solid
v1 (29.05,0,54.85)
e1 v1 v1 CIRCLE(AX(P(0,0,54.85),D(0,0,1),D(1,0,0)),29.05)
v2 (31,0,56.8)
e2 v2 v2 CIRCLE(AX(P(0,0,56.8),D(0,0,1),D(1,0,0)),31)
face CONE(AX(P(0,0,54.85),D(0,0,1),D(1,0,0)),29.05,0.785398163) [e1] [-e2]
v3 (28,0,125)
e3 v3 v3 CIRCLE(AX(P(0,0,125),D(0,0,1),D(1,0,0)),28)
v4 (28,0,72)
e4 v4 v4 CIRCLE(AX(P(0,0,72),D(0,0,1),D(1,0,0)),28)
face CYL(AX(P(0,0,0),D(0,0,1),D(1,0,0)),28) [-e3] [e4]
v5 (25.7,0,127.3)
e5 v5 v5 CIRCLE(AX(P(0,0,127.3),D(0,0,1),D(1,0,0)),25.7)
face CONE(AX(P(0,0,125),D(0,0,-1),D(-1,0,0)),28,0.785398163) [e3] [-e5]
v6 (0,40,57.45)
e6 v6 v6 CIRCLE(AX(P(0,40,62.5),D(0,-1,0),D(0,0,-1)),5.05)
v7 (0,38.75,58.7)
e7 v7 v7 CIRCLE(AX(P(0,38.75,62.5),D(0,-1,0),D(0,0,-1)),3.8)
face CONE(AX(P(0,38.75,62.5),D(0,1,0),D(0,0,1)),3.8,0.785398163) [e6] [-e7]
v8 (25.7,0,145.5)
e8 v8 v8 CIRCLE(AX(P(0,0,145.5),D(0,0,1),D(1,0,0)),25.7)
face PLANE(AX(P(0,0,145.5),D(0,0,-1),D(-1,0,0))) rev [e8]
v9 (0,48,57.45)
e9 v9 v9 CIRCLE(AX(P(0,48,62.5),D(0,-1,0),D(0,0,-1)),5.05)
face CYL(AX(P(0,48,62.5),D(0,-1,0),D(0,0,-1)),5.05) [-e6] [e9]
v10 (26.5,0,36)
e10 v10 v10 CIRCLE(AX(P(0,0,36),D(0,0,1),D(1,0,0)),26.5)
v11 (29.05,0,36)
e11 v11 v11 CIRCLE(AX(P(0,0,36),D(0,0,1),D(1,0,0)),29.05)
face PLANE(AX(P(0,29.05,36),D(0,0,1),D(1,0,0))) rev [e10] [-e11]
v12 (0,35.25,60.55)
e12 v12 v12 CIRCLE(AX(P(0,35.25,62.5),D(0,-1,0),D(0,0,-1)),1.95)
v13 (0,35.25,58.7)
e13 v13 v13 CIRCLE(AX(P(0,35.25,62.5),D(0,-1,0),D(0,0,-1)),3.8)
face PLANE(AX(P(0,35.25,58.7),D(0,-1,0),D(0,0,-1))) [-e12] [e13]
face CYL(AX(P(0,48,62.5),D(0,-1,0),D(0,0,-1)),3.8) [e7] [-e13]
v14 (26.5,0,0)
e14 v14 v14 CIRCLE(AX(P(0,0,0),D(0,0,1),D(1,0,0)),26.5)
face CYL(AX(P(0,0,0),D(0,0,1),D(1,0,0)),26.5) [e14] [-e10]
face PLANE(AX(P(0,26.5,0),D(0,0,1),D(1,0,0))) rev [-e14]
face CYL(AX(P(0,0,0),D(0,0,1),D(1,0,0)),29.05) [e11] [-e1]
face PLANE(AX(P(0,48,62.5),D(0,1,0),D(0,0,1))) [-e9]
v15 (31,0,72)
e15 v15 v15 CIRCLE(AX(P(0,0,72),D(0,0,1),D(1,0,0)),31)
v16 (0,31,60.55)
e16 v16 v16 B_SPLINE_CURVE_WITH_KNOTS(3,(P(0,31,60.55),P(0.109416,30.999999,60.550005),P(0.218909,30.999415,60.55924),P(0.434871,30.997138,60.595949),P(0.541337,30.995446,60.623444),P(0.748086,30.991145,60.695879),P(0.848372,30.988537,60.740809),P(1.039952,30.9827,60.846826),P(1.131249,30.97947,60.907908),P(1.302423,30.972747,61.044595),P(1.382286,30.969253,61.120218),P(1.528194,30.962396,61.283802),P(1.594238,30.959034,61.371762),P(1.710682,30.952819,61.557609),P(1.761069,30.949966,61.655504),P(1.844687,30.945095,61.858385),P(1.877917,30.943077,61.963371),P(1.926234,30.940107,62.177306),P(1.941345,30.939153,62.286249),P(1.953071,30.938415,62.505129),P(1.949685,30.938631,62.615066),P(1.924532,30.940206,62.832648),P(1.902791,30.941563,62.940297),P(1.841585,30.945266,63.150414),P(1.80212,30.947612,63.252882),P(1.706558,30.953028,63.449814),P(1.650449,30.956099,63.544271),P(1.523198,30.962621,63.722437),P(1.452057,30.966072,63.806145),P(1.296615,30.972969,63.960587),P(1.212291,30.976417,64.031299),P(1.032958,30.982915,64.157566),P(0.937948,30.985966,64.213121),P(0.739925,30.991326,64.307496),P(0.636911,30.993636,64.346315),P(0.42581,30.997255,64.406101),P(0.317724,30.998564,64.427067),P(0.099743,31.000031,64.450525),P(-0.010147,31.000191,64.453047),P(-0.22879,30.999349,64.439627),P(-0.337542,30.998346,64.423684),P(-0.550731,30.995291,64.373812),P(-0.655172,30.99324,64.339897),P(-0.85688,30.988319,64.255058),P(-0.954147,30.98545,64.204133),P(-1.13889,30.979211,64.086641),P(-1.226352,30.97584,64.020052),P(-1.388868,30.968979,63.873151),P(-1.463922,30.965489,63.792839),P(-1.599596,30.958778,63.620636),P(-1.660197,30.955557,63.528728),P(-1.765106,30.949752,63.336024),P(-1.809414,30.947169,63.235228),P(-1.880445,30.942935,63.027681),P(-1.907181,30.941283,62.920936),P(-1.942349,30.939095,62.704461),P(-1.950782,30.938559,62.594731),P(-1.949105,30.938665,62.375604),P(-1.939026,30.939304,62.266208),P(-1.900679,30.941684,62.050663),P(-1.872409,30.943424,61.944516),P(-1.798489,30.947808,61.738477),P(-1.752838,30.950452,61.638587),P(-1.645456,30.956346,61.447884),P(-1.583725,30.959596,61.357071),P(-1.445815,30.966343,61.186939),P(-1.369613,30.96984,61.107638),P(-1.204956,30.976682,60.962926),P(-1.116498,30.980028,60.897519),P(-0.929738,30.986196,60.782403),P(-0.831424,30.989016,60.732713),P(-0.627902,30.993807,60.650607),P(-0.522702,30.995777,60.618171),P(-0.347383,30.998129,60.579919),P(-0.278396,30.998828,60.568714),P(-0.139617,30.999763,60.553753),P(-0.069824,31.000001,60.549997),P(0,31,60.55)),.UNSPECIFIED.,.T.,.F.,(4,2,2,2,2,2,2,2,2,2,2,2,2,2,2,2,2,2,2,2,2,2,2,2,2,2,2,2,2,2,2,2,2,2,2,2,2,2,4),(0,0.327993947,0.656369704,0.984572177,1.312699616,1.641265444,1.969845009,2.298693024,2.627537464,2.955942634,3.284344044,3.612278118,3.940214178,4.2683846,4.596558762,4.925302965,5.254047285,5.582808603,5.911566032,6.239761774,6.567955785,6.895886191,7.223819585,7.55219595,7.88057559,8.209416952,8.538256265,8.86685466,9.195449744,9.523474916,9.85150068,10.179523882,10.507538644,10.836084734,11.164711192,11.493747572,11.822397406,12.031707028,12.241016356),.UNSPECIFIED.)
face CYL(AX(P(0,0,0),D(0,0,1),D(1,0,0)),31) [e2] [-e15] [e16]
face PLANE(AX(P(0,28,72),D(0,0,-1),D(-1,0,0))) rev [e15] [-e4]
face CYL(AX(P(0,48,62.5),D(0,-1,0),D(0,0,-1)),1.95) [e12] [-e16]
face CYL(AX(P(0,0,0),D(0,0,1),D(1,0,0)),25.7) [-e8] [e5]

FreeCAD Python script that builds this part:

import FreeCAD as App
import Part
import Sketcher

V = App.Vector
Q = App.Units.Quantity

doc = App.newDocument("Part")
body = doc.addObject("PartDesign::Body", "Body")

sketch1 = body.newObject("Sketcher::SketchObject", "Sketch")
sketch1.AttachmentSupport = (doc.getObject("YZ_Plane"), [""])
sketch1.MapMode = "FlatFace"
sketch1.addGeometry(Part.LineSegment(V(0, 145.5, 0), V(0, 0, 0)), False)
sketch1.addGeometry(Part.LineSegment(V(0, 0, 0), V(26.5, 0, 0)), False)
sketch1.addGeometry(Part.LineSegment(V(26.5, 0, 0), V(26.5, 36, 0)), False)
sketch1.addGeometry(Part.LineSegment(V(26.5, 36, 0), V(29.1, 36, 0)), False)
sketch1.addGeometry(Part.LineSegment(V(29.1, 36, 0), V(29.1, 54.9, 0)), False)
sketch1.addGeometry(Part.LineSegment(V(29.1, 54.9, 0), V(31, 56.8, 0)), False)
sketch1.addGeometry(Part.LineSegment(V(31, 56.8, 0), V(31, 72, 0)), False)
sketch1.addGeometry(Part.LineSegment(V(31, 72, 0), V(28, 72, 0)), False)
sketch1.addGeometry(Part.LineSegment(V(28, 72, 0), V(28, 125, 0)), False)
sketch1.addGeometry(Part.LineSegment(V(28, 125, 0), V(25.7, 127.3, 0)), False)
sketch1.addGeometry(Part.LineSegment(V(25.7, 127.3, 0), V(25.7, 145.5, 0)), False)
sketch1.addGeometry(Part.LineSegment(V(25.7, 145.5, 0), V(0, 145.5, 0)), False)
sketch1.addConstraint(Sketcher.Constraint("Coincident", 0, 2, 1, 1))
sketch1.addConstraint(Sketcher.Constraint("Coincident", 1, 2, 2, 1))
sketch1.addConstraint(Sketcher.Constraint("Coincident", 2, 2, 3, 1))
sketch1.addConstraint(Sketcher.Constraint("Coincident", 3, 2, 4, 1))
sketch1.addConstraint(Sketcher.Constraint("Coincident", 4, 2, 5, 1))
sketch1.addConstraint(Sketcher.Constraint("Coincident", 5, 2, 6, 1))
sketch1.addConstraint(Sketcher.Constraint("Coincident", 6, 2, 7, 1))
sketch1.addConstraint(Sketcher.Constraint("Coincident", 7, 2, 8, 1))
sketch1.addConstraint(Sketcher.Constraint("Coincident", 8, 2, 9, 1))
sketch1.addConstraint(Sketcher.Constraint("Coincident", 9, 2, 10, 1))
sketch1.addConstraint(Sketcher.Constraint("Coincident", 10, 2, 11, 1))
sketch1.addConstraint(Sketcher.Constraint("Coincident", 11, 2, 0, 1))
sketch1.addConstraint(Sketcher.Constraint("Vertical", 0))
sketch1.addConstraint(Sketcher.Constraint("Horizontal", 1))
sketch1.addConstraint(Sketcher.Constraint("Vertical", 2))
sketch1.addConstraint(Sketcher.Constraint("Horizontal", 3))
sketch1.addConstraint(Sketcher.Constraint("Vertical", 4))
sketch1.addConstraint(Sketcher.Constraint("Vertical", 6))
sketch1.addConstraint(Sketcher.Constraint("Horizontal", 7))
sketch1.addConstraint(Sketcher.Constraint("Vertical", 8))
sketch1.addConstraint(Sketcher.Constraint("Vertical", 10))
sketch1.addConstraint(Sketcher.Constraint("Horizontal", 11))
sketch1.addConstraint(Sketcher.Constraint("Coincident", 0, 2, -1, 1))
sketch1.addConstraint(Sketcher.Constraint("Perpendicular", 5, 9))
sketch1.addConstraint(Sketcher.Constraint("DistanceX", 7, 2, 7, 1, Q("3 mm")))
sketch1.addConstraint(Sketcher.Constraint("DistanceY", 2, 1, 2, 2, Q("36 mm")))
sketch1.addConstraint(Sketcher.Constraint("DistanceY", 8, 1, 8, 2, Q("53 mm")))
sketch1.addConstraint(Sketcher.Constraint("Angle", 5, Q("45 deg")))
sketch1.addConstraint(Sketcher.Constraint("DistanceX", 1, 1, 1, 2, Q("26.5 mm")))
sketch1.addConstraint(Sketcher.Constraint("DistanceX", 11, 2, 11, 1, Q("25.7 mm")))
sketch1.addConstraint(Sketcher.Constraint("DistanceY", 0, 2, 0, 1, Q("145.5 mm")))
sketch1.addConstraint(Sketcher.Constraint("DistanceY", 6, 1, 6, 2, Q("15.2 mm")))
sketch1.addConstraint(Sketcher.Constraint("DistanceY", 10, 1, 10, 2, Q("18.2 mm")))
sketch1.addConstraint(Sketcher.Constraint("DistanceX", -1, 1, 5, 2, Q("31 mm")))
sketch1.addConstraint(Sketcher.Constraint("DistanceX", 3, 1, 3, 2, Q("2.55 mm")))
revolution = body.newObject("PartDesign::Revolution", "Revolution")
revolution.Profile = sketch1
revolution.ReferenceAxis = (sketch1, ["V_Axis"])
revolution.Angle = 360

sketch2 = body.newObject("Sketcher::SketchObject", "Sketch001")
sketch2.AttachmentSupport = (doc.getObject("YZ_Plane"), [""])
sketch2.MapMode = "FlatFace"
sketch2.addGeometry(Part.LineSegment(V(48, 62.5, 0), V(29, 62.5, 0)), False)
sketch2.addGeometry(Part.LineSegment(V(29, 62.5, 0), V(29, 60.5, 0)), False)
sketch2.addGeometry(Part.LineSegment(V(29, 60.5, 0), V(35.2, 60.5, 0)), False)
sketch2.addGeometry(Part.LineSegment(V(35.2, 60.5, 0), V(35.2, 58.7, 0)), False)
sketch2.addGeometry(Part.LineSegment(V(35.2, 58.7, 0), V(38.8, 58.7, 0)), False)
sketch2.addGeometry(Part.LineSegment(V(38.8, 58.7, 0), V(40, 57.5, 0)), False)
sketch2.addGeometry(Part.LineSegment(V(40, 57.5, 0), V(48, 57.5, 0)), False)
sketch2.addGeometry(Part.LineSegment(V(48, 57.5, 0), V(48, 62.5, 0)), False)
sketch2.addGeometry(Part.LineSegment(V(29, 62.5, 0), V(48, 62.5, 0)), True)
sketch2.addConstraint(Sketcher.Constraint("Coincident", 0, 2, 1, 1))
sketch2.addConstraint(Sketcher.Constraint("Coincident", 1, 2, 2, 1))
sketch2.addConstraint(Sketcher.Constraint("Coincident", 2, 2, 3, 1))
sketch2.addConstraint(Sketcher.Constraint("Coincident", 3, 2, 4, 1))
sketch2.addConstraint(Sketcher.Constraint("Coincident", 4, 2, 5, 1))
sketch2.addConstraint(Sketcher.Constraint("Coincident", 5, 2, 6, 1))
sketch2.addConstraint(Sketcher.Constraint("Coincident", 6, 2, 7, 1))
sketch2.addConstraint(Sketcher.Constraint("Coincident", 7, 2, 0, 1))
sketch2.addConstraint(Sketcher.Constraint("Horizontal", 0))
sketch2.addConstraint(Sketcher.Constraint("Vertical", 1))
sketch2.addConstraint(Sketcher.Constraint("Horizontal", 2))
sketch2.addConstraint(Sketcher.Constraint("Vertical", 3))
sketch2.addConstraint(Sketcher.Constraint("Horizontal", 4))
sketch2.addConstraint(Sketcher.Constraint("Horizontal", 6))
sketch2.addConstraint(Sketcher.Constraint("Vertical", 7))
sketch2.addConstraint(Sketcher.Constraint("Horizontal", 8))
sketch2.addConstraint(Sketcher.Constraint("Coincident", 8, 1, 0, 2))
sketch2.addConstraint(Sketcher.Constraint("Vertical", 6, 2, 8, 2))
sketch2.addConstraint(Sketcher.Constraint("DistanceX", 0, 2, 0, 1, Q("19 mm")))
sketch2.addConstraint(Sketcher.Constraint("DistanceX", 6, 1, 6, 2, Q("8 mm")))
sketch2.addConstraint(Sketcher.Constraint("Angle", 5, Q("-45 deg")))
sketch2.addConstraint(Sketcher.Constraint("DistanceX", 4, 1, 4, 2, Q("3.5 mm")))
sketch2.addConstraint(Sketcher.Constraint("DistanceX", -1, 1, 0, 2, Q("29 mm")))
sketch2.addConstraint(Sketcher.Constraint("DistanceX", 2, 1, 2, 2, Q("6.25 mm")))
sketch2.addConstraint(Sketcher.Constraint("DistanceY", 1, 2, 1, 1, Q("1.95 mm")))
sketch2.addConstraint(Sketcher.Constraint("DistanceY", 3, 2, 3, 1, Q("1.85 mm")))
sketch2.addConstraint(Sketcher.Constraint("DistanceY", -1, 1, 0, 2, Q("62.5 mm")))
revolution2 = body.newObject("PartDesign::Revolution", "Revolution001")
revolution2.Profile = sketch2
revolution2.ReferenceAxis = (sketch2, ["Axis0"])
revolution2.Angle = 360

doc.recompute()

....

| EXERCISE DETAILS |
The required output is the exact run of lines from the beginning of the records to the line with "v7 (0,38.75,58.7)", that line included.

| RESULT FOR THIS EXERCISE |
solid
v1 (29.05,0,54.85)
e1 v1 v1 CIRCLE(AX(P(0,0,54.85),D(0,0,1),D(1,0,0)),29.05)
v2 (31,0,56.8)
e2 v2 v2 CIRCLE(AX(P(0,0,56.8),D(0,0,1),D(1,0,0)),31)
face CONE(AX(P(0,0,54.85),D(0,0,1),D(1,0,0)),29.05,0.785398163) [e1] [-e2]
v3 (28,0,125)
e3 v3 v3 CIRCLE(AX(P(0,0,125),D(0,0,1),D(1,0,0)),28)
v4 (28,0,72)
e4 v4 v4 CIRCLE(AX(P(0,0,72),D(0,0,1),D(1,0,0)),28)
face CYL(AX(P(0,0,0),D(0,0,1),D(1,0,0)),28) [-e3] [e4]
v5 (25.7,0,127.3)
e5 v5 v5 CIRCLE(AX(P(0,0,127.3),D(0,0,1),D(1,0,0)),25.7)
face CONE(AX(P(0,0,125),D(0,0,-1),D(-1,0,0)),28,0.785398163) [e3] [-e5]
v6 (0,40,57.45)
e6 v6 v6 CIRCLE(AX(P(0,40,62.5),D(0,-1,0),D(0,0,-1)),5.05)
v7 (0,38.75,58.7)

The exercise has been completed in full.